Natural cycles of drowsiness
« It is a very common bio-rhythm pattern to feel drowsy between 1 pm and 3 pm, and it is nothing to do with digestion or eating » said Caroline Rome, a sophrologist at the sleep centre in Hôtel Dieu hospital in Paris. For many years, Rome has been working with companies such as Airbus, Air France and Axa, teaching staff to allow themselves to have a short nap, even if it is only a few minutes long: « It is a time of day when we are slightly washed out, when daytime vigilance is at its lowest. When we are fighting to stay awake we are less efficient and creative. That is when most mistakes are made and accidents happen ». By fulfilling the need for a doze, « siestas reactivate the automatic memory. We can move from being sleepy to vigilant, while reducing a small quantity of stress along the way, » continues the sophrologist. Having a siesta may help your memory and concentration « but it will do nothing to help chronic fatigue ». Caroline Rome has several suggestions on how best to recharge your batteries. A one to five-minute « flash » siesta can be taken virtually anywhere. « You do not really fall asleep, but you can let go and that has measurable positive benefits. The ideal nap is ten to twenty minutes long: « this is the time needed for a light sleep that reduces biological markers of stress, without dropping into a deep sleep. » The royal siesta (between one and two hours) is not really adapted to the workplace: « It is much more difficult to wake up from a deep sleep as a degree of inertia arises from sleep » explains Rome.
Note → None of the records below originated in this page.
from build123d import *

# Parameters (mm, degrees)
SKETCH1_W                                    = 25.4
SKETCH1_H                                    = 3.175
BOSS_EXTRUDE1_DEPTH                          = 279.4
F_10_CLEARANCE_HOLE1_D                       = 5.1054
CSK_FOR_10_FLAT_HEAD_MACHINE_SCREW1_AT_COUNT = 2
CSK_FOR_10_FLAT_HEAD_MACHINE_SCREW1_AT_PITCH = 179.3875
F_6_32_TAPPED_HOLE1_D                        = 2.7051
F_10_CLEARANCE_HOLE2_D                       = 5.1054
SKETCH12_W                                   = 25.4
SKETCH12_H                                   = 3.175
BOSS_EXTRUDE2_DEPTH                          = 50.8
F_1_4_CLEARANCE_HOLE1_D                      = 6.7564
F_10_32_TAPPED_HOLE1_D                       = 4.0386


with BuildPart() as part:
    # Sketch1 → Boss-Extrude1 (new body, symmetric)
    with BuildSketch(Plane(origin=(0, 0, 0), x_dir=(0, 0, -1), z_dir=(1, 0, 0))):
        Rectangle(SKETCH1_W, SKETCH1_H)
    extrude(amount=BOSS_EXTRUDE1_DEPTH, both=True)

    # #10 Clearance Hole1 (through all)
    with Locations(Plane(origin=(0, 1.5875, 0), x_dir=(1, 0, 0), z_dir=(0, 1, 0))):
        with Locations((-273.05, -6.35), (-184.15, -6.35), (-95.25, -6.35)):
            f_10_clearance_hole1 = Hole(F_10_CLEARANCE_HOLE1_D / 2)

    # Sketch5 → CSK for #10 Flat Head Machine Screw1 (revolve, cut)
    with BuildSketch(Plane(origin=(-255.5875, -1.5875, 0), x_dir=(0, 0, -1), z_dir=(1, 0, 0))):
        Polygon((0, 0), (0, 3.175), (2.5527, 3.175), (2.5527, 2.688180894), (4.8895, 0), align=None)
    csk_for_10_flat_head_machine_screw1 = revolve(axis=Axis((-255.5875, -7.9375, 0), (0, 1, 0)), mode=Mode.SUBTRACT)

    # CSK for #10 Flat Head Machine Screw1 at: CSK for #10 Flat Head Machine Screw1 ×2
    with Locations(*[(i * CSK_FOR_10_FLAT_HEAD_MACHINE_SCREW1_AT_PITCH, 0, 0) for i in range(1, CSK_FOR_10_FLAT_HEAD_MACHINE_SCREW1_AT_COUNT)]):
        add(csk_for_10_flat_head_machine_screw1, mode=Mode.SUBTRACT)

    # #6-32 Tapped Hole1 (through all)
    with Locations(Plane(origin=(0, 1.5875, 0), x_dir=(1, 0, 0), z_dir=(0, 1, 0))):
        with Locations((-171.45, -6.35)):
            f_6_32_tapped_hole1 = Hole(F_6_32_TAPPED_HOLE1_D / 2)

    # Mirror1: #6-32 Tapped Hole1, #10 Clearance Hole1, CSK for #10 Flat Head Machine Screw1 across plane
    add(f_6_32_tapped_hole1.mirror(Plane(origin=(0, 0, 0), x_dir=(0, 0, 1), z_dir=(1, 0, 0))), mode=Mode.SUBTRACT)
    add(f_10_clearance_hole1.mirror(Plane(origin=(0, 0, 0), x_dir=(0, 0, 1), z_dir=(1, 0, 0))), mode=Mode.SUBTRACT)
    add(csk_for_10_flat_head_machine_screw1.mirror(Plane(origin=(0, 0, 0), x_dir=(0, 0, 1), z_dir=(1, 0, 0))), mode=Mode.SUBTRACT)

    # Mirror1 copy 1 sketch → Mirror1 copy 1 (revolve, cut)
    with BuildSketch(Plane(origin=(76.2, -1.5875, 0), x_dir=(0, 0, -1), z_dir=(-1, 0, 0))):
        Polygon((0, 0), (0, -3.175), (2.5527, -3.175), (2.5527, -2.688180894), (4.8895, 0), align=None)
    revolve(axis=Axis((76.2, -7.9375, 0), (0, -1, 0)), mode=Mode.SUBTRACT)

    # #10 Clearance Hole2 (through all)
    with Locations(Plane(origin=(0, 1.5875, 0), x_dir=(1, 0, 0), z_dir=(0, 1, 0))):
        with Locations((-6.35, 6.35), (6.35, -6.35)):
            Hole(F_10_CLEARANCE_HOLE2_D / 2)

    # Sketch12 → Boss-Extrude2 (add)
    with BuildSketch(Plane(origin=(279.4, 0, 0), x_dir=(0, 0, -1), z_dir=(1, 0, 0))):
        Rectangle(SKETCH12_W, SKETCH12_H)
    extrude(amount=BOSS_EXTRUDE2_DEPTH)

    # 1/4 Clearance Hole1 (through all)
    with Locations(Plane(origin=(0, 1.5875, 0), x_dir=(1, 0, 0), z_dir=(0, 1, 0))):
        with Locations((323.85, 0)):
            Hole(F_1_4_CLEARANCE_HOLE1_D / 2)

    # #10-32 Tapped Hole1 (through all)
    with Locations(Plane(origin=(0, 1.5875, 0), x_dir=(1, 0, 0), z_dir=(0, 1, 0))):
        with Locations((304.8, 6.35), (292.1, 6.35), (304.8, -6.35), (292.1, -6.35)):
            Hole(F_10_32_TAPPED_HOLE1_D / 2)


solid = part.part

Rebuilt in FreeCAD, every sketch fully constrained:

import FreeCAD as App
import Part
import Sketcher
from FreeCAD import Vector
Q = App.Units.Quantity

doc = App.newDocument("Part")
params = doc.addObject("Spreadsheet::Sheet", "Params")
for row, (alias, value) in enumerate([
    ("sketch1_height", "1 in"),
    ("sketch1_width", "0.125 in"),
    ("pad1_length", "22 in"),
    ("sketch2_diameter", "0.201 in"),
    ("hole_diameter", "0.201 in"),
    ("sketch3_width", "0.125 in"),
    ("groove_angle", "360 deg"),
    ("linearpattern_pitch", "7.0625 in"),
    ("hole2_diameter", "0.1065 in"),
    ("sketch5_width", "0.125 in"),
    ("groove2_angle", "360 deg"),
    ("sketch6_diameter", "0.201 in"),
    ("hole3_diameter", "0.201 in"),
    ("sketch7_height", "1 in"),
    ("sketch7_width", "0.125 in"),
    ("pad2_length", "2 in"),
    ("sketch8_diameter", "0.266 in"),
    ("hole4_diameter", "0.266 in"),
    ("sketch9_diameter", "0.159 in"),
    ("hole5_diameter", "0.159 in"),
], start=1):
    params.set(f"A{row}", alias)
    params.set(f"B{row}", "=" + value)
    params.setAlias(f"B{row}", alias)

body = doc.addObject("PartDesign::Body", "Body")

sketch1 = body.newObject("Sketcher::SketchObject", "Sketch")
sketch1.AttachmentSupport = (doc.getObject("YZ_Plane"), [""])
sketch1.MapMode = "FlatFace"
sketch1.addGeometry(Part.LineSegment(Vector(1.6, 12.7, 0), Vector(-1.6, 12.7, 0)), False)
sketch1.addGeometry(Part.LineSegment(Vector(-1.6, 12.7, 0), Vector(-1.6, -12.7, 0)), False)
sketch1.addGeometry(Part.LineSegment(Vector(-1.6, -12.7, 0), Vector(1.6, -12.7, 0)), False)
sketch1.addGeometry(Part.LineSegment(Vector(1.6, -12.7, 0), Vector(1.6, 12.7, 0)), False)
sketch1.addConstraint(Sketcher.Constraint("Coincident", 0, 2, 1, 1))
sketch1.addConstraint(Sketcher.Constraint("Coincident", 1, 2, 2, 1))
sketch1.addConstraint(Sketcher.Constraint("Coincident", 2, 2, 3, 1))
sketch1.addConstraint(Sketcher.Constraint("Coincident", 3, 2, 0, 1))
sketch1.addConstraint(Sketcher.Constraint("Horizontal", 0))
sketch1.addConstraint(Sketcher.Constraint("Vertical", 1))
sketch1.addConstraint(Sketcher.Constraint("Horizontal", 2))
sketch1.addConstraint(Sketcher.Constraint("Vertical", 3))
sketch1.addConstraint(Sketcher.Constraint("Symmetric", 0, 2, 2, 2, -1, 1))
sketch1.addConstraint(Sketcher.Constraint("DistanceY", 1, 2, 1, 1, Q("1 in")))
sketch1.addConstraint(Sketcher.Constraint("DistanceX", 0, 2, 0, 1, Q("0.125 in")))
sketch1.setExpression("Constraints[9]", "Params.sketch1_height")
sketch1.setExpression("Constraints[10]", "Params.sketch1_width")
pad1 = body.newObject("PartDesign::Pad", "Pad")
pad1.Profile = sketch1
pad1.setExpression("Length", "Params.pad1_length")
pad1.Midplane = True

sketch2 = body.newObject("Sketcher::SketchObject", "Sketch001")
sketch2.AttachmentSupport = (doc.getObject("XZ_Plane"), [""])
sketch2.MapMode = "FlatFace"
sketch2.AttachmentOffset = App.Placement(Vector(0, 0, -0.0625 * 25.4), App.Rotation())
sketch2.addGeometry(Part.Circle(Vector(-273.1, 6.3, 0), Vector(0, 0, 1), 2.6), False)
sketch2.addGeometry(Part.Circle(Vector(-184.2, 6.3, 0), Vector(0, 0, 1), 2.6), False)
sketch2.addGeometry(Part.Circle(Vector(-95.2, 6.3, 0), Vector(0, 0, 1), 2.6), False)
sketch2.addConstraint(Sketcher.Constraint("Equal", 0, 1))
sketch2.addConstraint(Sketcher.Constraint("Equal", 1, 2))
sketch2.addConstraint(Sketcher.Constraint("Horizontal", 0, 3, 1, 3))
sketch2.addConstraint(Sketcher.Constraint("Horizontal", 1, 3, 2, 3))
sketch2.addConstraint(Sketcher.Constraint("Diameter", 0, Q("0.201 in")))
sketch2.addConstraint(Sketcher.Constraint("DistanceX", 0, 3, 2, 3, Q("7 in")))
sketch2.addConstraint(Sketcher.Constraint("DistanceX", 0, 3, 1, 3, Q("3.5 in")))
sketch2.addConstraint(Sketcher.Constraint("DistanceX", 0, 3, -1, 1, Q("10.75 in")))
sketch2.addConstraint(Sketcher.Constraint("DistanceY", -1, 1, 0, 3, Q("0.25 in")))
sketch2.setExpression("Constraints[4]", "Params.sketch2_diameter")
doc.recompute()
hole = body.newObject("PartDesign::Hole", "Hole")
hole.Profile = sketch2
hole.ThreadType = "None"
hole.setExpression("Diameter", "Params.hole_diameter")
hole.DepthType = "ThroughAll"
hole.Reversed = True

sketch3 = body.newObject("Sketcher::SketchObject", "Sketch002")
sketch3.AttachmentSupport = (doc.getObject("YZ_Plane"), [""])
sketch3.MapMode = "FlatFace"
sketch3.AttachmentOffset = App.Placement(Vector(0, 0, -10.0625 * 25.4), App.Rotation())
sketch3.addGeometry(Part.LineSegment(Vector(1.59, 0, 0), Vector(-1.59, 0, 0)), False)
sketch3.addGeometry(Part.LineSegment(Vector(-1.59, 0, 0), Vector(-1.59, -4.89, 0)), False)
sketch3.addGeometry(Part.LineSegment(Vector(-1.59, -4.89, 0), Vector(1.1, -2.55, 0)), False)
sketch3.addGeometry(Part.LineSegment(Vector(1.1, -2.55, 0), Vector(1.59, -2.55, 0)), False)
sketch3.addGeometry(Part.LineSegment(Vector(1.59, -2.55, 0), Vector(1.59, 0, 0)), False)
sketch3.addConstraint(Sketcher.Constraint("Coincident", 0, 2, 1, 1))
sketch3.addConstraint(Sketcher.Constraint("Coincident", 1, 2, 2, 1))
sketch3.addConstraint(Sketcher.Constraint("Coincident", 2, 2, 3, 1))
sketch3.addConstraint(Sketcher.Constraint("Coincident", 3, 2, 4, 1))
sketch3.addConstraint(Sketcher.Constraint("Coincident", 4, 2, 0, 1))
sketch3.addConstraint(Sketcher.Constraint("Horizontal", 0))
sketch3.addConstraint(Sketcher.Constraint("Vertical", 1))
sketch3.addConstraint(Sketcher.Constraint("Horizontal", 3))
sketch3.addConstraint(Sketcher.Constraint("Vertical", 4))
sketch3.addConstraint(Sketcher.Constraint("Symmetric", 0, 2, 4, 2, -1, 1))
sketch3.addConstraint(Sketcher.Constraint("Angle", 2, Q("41 deg")))
sketch3.addConstraint(Sketcher.Constraint("DistanceX", 0, 2, 0, 1, Q("0.125 in")))
sketch3.addConstraint(Sketcher.Constraint("DistanceY", 1, 2, 1, 1, Q("0.1925 in")))
sketch3.addConstraint(Sketcher.Constraint("DistanceY", 4, 1, 4, 2, Q("0.1005 in")))
sketch3.setExpression("Constraints[11]", "Params.sketch3_width")
groove = body.newObject("PartDesign::Groove", "Groove")
groove.Profile = sketch3
groove.ReferenceAxis = (sketch3, ["H_Axis"])
groove.setExpression("Angle", "Params.groove_angle")
doc.recompute()

linearpattern = body.newObject("PartDesign::LinearPattern", "LinearPattern")
linearpattern.Originals = [groove]
linearpattern.Direction = (doc.getObject("X_Axis"), [""])
linearpattern.Mode = "offset"
linearpattern.setExpression("Offset", "Params.linearpattern_pitch")
linearpattern.Occurrences = 2
body.Tip = linearpattern

sketch4 = body.newObject("Sketcher::SketchObject", "Sketch003")
sketch4.AttachmentSupport = (doc.getObject("XZ_Plane"), [""])
sketch4.MapMode = "FlatFace"
sketch4.AttachmentOffset = App.Placement(Vector(0, 0, -0.0625 * 25.4), App.Rotation())
sketch4.addGeometry(Part.Circle(Vector(-171.4, 6.3, 0), Vector(0, 0, 1), 1.4), False)
sketch4.addConstraint(Sketcher.Constraint("Diameter", 0, Q("0.1065 in")))
sketch4.addConstraint(Sketcher.Constraint("DistanceX", 0, 3, -1, 1, Q("6.75 in")))
sketch4.addConstraint(Sketcher.Constraint("DistanceY", -1, 1, 0, 3, Q("0.25 in")))
doc.recompute()
hole2 = body.newObject("PartDesign::Hole", "Hole001")
hole2.Profile = sketch4
hole2.ThreadType = "None"
hole2.setExpression("Diameter", "Params.hole2_diameter")
hole2.DepthType = "ThroughAll"
hole2.Reversed = True
doc.recompute()

mirrored = body.newObject("PartDesign::Mirrored", "Mirrored")
mirrored.Originals = [hole2, hole, groove]
mirrored.MirrorPlane = (doc.getObject("YZ_Plane"), [""])
body.Tip = mirrored

sketch5 = body.newObject("Sketcher::SketchObject", "Sketch004")
sketch5.AttachmentSupport = (doc.getObject("YZ_Plane"), [""])
sketch5.MapMode = "FlatFace"
sketch5.AttachmentOffset = App.Placement(Vector(0, 0, 3 * 25.4), App.Rotation())
sketch5.addGeometry(Part.LineSegment(Vector(-1.59, 0, 0), Vector(1.59, 0, 0)), False)
sketch5.addGeometry(Part.LineSegment(Vector(1.59, 0, 0), Vector(1.59, -2.55, 0)), False)
sketch5.addGeometry(Part.LineSegment(Vector(1.59, -2.55, 0), Vector(1.1, -2.55, 0)), False)
sketch5.addGeometry(Part.LineSegment(Vector(1.1, -2.55, 0), Vector(-1.59, -4.89, 0)), False)
sketch5.addGeometry(Part.LineSegment(Vector(-1.59, -4.89, 0), Vector(-1.59, 0, 0)), False)
sketch5.addConstraint(Sketcher.Constraint("Coincident", 0, 2, 1, 1))
sketch5.addConstraint(Sketcher.Constraint("Coincident", 1, 2, 2, 1))
sketch5.addConstraint(Sketcher.Constraint("Coincident", 2, 2, 3, 1))
sketch5.addConstraint(Sketcher.Constraint("Coincident", 3, 2, 4, 1))
sketch5.addConstraint(Sketcher.Constraint("Coincident", 4, 2, 0, 1))
sketch5.addConstraint(Sketcher.Constraint("Horizontal", 0))
sketch5.addConstraint(Sketcher.Constraint("Vertical", 1))
sketch5.addConstraint(Sketcher.Constraint("Horizontal", 2))
sketch5.addConstraint(Sketcher.Constraint("Vertical", 4))
sketch5.addConstraint(Sketcher.Constraint("Symmetric", 0, 2, 4, 2, -1, 1))
sketch5.addConstraint(Sketcher.Constraint("Angle", 3, Q("-139 deg")))
sketch5.addConstraint(Sketcher.Constraint("DistanceX", 0, 1, 0, 2, Q("0.125 in")))
sketch5.addConstraint(Sketcher.Constraint("DistanceY", 1, 2, 1, 1, Q("0.1005 in")))
sketch5.addConstraint(Sketcher.Constraint("DistanceY", 4, 1, 4, 2, Q("0.1925 in")))
sketch5.setExpression("Constraints[11]", "Params.sketch5_width")
groove2 = body.newObject("PartDesign::Groove", "Groove001")
groove2.Profile = sketch5
groove2.ReferenceAxis = (sketch5, ["H_Axis"])
groove2.setExpression("Angle", "Params.groove2_angle")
With this in mind, some companies have fitted out areas adapted to these practices. In the US, the offices of Google, Uber and the ice cream brand Ben & Jerry’s all have rest areas. The trend has since crossed the Atlantic. As the magazine Le Nouvel Observateur pointed out, the idea is attracting the directors of more and more companies. A study carried out by Robert Half at the end of 2013 found that 47% of managers and directors of administrative issues are favourable to the introduction of a siesta lasting less than 20 minutes in the workplace. « More and more companies are become aware of the effectiveness and profitability of a nap. I work with in-flight crews, companies with odd working hours and jobs subject to a lot of pressure » says Rome.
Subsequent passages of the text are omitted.